» **Data excerpts**
=== Begin Enclosure ===

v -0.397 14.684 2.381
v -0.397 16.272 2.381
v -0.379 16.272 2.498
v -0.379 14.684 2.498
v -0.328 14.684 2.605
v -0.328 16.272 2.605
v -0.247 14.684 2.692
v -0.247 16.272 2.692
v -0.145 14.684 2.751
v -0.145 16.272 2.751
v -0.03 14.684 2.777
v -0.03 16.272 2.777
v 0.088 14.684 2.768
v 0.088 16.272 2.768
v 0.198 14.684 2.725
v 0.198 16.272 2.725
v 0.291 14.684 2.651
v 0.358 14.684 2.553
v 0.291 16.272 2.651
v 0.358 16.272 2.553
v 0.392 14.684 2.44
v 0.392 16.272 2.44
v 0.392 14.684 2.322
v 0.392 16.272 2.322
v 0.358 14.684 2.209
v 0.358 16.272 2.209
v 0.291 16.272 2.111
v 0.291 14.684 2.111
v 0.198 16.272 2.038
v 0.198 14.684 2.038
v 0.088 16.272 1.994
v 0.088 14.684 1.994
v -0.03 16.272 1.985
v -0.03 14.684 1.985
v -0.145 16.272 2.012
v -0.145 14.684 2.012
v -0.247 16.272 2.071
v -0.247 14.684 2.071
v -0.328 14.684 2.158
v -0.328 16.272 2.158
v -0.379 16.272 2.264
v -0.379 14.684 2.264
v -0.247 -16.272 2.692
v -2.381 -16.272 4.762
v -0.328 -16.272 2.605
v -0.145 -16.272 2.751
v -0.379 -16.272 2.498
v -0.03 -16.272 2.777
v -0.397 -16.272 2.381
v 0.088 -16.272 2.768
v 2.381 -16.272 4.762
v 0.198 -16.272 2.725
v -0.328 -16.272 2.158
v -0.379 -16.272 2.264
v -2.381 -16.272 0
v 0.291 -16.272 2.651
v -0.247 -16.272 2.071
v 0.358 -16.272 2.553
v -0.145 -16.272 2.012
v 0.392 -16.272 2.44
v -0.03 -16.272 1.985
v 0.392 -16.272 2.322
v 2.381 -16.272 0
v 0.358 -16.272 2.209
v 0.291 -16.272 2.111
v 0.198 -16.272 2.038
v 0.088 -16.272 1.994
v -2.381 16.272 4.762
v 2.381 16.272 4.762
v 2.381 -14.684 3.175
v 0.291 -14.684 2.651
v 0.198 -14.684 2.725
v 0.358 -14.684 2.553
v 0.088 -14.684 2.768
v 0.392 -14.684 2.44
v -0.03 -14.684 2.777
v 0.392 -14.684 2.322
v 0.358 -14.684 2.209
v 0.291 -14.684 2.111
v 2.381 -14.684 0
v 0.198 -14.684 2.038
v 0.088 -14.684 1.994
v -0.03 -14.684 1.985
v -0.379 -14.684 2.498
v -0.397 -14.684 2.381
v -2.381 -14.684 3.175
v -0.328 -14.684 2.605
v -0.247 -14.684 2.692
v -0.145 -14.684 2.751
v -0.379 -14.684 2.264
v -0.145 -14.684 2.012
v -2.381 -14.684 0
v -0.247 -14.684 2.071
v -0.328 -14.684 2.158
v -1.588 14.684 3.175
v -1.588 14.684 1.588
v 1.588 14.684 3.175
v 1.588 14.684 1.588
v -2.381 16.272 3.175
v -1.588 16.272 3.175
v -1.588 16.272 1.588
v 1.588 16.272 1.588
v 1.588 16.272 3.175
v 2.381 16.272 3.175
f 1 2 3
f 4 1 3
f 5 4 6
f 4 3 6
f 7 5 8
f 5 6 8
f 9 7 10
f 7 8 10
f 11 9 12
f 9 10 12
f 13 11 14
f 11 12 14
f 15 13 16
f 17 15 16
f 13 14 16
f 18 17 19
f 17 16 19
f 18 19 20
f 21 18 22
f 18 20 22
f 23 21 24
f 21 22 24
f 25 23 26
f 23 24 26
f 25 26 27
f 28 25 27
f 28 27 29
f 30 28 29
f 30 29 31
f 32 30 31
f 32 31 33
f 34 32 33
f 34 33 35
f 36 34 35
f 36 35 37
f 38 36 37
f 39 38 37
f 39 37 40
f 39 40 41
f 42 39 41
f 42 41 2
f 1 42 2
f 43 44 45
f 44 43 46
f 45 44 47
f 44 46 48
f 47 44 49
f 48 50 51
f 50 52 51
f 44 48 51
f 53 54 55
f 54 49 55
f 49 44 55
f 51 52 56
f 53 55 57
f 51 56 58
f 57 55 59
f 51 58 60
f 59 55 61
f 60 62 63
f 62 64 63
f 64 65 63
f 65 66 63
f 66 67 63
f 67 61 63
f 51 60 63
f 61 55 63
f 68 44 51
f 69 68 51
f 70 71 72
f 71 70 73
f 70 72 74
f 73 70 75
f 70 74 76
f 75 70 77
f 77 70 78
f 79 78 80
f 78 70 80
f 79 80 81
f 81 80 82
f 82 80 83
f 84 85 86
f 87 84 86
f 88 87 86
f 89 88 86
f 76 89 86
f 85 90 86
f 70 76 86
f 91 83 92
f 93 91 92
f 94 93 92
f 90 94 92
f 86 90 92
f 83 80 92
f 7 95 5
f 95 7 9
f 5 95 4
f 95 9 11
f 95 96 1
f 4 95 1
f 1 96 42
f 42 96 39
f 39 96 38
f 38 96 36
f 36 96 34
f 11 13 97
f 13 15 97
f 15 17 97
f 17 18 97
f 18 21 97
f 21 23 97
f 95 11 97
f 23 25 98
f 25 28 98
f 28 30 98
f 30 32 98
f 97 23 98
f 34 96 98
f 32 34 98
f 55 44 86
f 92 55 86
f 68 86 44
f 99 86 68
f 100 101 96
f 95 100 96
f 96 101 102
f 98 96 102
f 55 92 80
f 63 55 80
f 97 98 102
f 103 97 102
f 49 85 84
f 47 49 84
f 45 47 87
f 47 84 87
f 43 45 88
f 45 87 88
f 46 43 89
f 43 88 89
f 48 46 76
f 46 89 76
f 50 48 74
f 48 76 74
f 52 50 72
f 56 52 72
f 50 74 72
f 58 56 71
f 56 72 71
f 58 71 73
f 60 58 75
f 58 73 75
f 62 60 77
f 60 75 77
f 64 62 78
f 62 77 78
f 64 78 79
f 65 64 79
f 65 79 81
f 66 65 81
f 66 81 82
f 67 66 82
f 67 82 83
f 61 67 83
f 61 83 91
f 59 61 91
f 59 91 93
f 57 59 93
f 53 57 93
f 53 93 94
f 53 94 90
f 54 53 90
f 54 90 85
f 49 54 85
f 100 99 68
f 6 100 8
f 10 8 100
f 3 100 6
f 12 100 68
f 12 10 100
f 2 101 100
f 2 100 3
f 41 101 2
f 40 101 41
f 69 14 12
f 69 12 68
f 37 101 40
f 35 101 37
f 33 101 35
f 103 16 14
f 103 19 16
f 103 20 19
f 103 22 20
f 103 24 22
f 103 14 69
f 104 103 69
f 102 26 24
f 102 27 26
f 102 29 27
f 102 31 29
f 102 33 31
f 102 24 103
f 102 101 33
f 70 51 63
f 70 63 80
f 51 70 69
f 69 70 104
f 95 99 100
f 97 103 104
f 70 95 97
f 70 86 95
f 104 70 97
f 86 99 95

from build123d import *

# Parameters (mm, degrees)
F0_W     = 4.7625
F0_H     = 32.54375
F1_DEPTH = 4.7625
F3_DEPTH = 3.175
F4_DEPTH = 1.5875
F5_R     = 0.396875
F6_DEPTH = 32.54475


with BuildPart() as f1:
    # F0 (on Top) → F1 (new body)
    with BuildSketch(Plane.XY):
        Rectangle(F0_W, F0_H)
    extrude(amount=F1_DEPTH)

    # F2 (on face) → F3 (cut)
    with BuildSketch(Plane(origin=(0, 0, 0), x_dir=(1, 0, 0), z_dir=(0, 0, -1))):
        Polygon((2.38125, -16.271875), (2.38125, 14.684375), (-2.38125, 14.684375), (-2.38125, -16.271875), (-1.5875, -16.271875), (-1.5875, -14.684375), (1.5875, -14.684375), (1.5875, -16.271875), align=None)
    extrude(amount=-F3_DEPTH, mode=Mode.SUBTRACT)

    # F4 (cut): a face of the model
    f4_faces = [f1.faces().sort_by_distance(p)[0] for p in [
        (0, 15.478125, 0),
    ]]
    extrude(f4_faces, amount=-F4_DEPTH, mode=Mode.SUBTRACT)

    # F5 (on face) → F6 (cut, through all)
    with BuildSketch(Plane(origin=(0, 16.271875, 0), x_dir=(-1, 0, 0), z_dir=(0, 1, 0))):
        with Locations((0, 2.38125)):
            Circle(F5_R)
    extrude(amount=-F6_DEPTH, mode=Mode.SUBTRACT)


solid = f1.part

=== End Enclosure ===
=== Begin Enclosure ===

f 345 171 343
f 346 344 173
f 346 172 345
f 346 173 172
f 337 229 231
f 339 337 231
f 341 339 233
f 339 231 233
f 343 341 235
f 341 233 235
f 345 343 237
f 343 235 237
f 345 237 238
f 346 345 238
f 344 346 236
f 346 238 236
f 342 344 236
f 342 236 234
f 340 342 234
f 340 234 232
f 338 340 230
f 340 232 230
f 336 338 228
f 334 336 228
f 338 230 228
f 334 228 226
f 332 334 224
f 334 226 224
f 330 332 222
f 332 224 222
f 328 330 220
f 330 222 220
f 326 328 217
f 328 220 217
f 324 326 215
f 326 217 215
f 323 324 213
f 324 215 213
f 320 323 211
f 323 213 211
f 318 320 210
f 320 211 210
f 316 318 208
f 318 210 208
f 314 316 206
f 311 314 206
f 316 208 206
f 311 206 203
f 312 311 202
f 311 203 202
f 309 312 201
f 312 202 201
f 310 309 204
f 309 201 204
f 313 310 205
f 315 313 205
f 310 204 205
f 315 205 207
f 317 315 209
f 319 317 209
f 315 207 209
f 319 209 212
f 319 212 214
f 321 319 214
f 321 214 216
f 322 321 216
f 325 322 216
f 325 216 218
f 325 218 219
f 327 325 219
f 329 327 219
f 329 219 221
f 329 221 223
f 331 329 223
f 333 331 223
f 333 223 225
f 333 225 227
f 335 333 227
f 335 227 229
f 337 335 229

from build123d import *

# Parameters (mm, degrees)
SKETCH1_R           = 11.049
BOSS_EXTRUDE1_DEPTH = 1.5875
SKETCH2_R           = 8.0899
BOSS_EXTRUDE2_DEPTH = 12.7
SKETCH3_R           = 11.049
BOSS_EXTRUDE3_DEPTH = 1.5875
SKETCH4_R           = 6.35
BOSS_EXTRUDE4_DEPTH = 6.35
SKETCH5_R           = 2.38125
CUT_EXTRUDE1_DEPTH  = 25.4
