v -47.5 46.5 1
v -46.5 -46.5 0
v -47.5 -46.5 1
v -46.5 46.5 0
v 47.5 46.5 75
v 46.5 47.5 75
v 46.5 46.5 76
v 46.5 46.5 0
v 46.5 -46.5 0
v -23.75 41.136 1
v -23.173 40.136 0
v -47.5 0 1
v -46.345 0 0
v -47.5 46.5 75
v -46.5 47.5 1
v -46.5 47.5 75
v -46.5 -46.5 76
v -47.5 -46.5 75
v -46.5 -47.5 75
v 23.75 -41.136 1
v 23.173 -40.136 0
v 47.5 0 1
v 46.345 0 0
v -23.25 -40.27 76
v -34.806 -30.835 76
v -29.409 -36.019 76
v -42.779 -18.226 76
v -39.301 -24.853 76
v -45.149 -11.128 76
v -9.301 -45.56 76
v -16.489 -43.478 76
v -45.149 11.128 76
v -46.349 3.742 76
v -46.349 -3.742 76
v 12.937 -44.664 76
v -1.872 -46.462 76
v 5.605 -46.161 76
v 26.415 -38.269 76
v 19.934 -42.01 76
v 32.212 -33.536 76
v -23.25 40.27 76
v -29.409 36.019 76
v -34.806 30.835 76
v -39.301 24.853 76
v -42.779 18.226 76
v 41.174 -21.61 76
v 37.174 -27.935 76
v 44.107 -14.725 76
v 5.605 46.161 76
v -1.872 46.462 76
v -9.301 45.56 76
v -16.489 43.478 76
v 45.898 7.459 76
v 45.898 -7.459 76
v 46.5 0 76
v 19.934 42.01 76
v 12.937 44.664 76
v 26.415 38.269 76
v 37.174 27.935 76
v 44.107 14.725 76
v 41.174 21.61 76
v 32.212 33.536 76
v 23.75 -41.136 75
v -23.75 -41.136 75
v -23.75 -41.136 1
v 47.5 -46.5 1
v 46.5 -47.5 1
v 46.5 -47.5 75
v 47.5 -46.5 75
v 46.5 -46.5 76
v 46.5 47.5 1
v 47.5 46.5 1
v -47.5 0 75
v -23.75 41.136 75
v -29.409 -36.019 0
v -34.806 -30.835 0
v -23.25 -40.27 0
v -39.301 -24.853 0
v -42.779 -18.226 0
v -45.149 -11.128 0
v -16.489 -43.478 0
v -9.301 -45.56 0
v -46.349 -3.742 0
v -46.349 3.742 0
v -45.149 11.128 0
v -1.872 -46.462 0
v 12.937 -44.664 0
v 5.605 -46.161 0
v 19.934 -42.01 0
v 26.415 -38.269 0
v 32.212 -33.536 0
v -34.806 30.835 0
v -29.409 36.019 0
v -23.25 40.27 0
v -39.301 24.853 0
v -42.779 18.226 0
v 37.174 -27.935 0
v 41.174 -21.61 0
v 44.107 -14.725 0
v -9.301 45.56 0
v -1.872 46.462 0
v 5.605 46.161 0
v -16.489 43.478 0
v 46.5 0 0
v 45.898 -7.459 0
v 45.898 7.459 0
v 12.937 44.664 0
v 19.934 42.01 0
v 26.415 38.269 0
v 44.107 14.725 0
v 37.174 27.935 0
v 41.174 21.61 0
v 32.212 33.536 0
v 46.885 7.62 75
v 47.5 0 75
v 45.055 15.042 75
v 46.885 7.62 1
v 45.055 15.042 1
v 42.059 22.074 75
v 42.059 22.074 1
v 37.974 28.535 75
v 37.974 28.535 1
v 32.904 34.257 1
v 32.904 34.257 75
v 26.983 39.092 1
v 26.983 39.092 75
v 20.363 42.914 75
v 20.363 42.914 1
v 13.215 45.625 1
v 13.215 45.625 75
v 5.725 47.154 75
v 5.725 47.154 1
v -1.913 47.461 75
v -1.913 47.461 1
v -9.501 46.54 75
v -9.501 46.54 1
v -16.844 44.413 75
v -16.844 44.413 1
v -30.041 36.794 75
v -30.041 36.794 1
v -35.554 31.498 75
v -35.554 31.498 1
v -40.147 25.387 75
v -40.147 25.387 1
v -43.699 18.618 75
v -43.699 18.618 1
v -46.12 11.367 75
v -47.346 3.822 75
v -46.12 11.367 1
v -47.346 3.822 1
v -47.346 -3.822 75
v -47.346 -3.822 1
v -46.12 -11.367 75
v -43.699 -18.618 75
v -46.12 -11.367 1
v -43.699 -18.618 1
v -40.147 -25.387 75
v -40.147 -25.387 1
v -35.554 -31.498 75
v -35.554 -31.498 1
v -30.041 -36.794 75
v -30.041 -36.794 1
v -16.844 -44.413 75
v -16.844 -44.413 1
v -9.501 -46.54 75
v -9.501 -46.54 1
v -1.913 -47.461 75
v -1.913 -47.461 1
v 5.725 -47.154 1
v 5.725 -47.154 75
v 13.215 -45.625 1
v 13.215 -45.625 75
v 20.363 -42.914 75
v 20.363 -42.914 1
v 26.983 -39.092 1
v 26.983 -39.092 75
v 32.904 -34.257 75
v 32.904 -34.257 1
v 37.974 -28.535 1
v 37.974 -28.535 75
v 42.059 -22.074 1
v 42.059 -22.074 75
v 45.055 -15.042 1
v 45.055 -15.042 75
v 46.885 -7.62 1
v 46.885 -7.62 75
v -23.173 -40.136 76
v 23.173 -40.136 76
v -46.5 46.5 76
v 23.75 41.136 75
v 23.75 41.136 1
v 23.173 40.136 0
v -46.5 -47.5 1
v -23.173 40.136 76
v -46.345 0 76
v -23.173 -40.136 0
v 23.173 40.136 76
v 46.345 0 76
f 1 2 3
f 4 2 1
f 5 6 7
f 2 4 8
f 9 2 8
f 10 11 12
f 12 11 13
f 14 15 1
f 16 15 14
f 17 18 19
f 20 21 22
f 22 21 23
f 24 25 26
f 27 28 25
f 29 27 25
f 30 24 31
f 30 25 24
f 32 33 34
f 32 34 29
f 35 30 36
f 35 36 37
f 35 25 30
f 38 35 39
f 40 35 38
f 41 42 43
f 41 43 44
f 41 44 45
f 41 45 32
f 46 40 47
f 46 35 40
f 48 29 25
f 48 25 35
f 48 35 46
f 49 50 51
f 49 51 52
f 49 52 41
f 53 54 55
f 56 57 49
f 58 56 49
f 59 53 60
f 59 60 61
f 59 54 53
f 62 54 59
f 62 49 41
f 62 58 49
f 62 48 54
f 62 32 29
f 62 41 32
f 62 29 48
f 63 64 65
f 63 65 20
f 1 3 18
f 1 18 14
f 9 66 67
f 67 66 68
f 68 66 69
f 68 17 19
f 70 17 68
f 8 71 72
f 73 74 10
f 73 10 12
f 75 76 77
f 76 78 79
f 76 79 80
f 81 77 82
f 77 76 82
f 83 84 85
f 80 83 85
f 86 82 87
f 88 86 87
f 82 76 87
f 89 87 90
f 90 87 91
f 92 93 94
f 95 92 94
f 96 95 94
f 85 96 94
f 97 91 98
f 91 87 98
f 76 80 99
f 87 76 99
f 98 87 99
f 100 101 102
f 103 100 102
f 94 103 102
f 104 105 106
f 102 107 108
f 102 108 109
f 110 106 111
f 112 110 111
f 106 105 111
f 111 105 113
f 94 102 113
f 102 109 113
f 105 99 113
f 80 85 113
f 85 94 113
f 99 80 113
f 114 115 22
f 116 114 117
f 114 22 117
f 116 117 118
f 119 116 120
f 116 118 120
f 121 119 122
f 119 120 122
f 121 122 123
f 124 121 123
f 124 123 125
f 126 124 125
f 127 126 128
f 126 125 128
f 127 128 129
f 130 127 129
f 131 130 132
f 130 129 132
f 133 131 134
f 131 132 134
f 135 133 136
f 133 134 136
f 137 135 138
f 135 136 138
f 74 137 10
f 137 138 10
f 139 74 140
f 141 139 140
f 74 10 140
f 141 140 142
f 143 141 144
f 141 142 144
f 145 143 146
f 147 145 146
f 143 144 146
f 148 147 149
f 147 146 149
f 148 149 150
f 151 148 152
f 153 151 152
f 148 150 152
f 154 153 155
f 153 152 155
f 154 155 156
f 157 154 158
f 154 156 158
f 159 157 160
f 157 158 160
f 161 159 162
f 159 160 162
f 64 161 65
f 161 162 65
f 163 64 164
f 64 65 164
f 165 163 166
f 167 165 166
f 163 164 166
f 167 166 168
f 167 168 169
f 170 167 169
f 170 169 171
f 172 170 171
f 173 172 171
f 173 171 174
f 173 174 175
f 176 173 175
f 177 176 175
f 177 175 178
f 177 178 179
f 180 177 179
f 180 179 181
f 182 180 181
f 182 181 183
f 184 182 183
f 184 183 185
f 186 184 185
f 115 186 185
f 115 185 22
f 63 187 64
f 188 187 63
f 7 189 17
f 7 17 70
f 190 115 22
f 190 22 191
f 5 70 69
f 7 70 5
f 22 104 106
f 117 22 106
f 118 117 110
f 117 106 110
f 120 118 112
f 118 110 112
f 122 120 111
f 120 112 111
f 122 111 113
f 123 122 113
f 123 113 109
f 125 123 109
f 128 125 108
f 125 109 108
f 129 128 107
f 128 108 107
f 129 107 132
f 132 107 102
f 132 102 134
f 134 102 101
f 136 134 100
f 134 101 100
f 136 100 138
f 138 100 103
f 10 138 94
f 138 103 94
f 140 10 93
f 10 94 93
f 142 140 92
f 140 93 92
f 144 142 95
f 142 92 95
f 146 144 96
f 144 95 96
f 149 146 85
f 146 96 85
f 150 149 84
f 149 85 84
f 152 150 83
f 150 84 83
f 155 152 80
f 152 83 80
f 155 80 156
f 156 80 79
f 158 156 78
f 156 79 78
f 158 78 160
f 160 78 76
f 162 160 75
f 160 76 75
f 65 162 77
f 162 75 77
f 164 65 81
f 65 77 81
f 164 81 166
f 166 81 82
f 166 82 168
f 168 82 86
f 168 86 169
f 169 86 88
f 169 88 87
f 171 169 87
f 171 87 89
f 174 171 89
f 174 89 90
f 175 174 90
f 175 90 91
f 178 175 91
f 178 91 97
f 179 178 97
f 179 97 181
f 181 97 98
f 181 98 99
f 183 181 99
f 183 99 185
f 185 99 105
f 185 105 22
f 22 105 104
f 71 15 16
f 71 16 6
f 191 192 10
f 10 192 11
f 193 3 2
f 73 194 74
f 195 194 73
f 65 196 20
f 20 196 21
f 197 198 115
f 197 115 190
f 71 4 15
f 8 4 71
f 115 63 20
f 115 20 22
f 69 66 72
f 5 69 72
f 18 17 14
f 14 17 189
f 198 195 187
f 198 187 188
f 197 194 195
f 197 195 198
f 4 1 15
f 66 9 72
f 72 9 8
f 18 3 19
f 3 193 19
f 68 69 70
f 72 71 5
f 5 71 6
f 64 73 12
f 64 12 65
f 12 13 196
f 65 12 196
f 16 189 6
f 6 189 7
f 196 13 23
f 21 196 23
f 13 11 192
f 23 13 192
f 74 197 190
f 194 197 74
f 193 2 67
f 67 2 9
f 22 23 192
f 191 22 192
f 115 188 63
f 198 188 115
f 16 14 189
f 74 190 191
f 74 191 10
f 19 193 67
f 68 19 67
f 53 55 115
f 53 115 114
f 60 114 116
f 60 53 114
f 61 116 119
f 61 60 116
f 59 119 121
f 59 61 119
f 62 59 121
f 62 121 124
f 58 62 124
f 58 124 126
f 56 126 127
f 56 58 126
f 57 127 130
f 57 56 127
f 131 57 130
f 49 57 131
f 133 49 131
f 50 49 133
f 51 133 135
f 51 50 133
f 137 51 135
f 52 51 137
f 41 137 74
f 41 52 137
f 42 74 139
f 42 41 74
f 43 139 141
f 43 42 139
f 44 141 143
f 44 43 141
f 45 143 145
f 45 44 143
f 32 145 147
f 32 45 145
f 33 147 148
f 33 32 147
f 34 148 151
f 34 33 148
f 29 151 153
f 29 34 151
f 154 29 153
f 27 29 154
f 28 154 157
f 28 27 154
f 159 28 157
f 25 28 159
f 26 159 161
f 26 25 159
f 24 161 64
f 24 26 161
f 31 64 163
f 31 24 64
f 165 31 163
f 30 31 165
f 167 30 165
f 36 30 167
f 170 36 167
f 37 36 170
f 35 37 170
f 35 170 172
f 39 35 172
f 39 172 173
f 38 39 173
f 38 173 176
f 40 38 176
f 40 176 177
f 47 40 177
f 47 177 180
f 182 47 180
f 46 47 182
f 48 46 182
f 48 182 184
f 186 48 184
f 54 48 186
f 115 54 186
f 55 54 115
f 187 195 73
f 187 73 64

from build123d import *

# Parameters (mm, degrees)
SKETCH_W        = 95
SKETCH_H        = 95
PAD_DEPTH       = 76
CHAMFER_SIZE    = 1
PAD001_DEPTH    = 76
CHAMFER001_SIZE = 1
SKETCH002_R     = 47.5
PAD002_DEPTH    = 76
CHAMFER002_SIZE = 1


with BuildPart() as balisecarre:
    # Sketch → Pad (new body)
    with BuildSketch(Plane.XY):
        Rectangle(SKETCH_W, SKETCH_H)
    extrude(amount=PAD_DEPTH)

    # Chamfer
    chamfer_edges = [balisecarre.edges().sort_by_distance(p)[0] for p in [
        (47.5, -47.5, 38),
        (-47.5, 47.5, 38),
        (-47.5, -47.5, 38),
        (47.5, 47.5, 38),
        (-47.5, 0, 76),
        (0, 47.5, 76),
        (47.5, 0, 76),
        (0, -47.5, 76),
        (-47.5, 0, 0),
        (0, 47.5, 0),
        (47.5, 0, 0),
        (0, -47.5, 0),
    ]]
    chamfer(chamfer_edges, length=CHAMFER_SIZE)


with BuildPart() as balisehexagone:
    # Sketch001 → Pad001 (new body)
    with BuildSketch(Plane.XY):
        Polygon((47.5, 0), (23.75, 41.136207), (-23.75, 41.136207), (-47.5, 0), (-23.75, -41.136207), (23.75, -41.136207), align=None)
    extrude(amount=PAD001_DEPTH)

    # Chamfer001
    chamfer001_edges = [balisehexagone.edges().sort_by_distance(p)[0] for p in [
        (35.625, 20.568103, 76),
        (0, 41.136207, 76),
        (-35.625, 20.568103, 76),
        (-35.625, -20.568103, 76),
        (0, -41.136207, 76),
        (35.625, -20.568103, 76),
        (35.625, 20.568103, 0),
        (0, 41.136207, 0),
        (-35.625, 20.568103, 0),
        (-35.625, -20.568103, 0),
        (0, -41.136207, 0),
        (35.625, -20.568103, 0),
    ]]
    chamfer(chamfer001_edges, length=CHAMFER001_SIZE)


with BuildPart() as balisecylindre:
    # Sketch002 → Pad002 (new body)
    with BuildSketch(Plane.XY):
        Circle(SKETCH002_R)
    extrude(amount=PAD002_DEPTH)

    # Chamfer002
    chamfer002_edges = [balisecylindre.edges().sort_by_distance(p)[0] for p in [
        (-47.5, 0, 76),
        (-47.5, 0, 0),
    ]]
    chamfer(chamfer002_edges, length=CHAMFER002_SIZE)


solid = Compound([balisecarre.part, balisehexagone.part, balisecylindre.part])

=== End Enclosure ===

From the records above, copy out the line with "f 170 167 169", the line with "f 183 181 99", and every line between them, word for word.

» **Solution to this exercise**
f 170 167 169
f 170 169 171
f 172 170 171
f 173 172 171
f 173 171 174
f 173 174 175
f 176 173 175
f 177 176 175
f 177 175 178
f 177 178 179
f 180 177 179
f 180 179 181
f 182 180 181
f 182 181 183
f 184 182 183
f 184 183 185
f 186 184 185
f 115 186 185
f 115 185 22
f 63 187 64
f 188 187 63
f 7 189 17
f 7 17 70
f 190 115 22
f 190 22 191
f 5 70 69
f 7 70 5
f 22 104 106
f 117 22 106
f 118 117 110
f 117 106 110
f 120 118 112
f 118 110 112
f 122 120 111
f 120 112 111
f 122 111 113
f 123 122 113
f 123 113 109
f 125 123 109
f 128 125 108
f 125 109 108
f 129 128 107
f 128 108 107
f 129 107 132
f 132 107 102
f 132 102 134
f 134 102 101
f 136 134 100
f 134 101 100
f 136 100 138
f 138 100 103
f 10 138 94
f 138 103 94
f 140 10 93
f 10 94 93
f 142 140 92
f 140 93 92
f 144 142 95
f 142 92 95
f 146 144 96
f 144 95 96
f 149 146 85
f 146 96 85
f 150 149 84
f 149 85 84
f 152 150 83
f 150 84 83
f 155 152 80
f 152 83 80
f 155 80 156
f 156 80 79
f 158 156 78
f 156 79 78
f 158 78 160
f 160 78 76
f 162 160 75
f 160 76 75
f 65 162 77
f 162 75 77
f 164 65 81
f 65 77 81
f 164 81 166
f 166 81 82
f 166 82 168
f 168 82 86
f 168 86 169
f 169 86 88
f 169 88 87
f 171 169 87
f 171 87 89
f 174 171 89
f 174 89 90
f 175 174 90
f 175 90 91
f 178 175 91
f 178 91 97
f 179 178 97
f 179 97 181
f 181 97 98
f 181 98 99
f 183 181 99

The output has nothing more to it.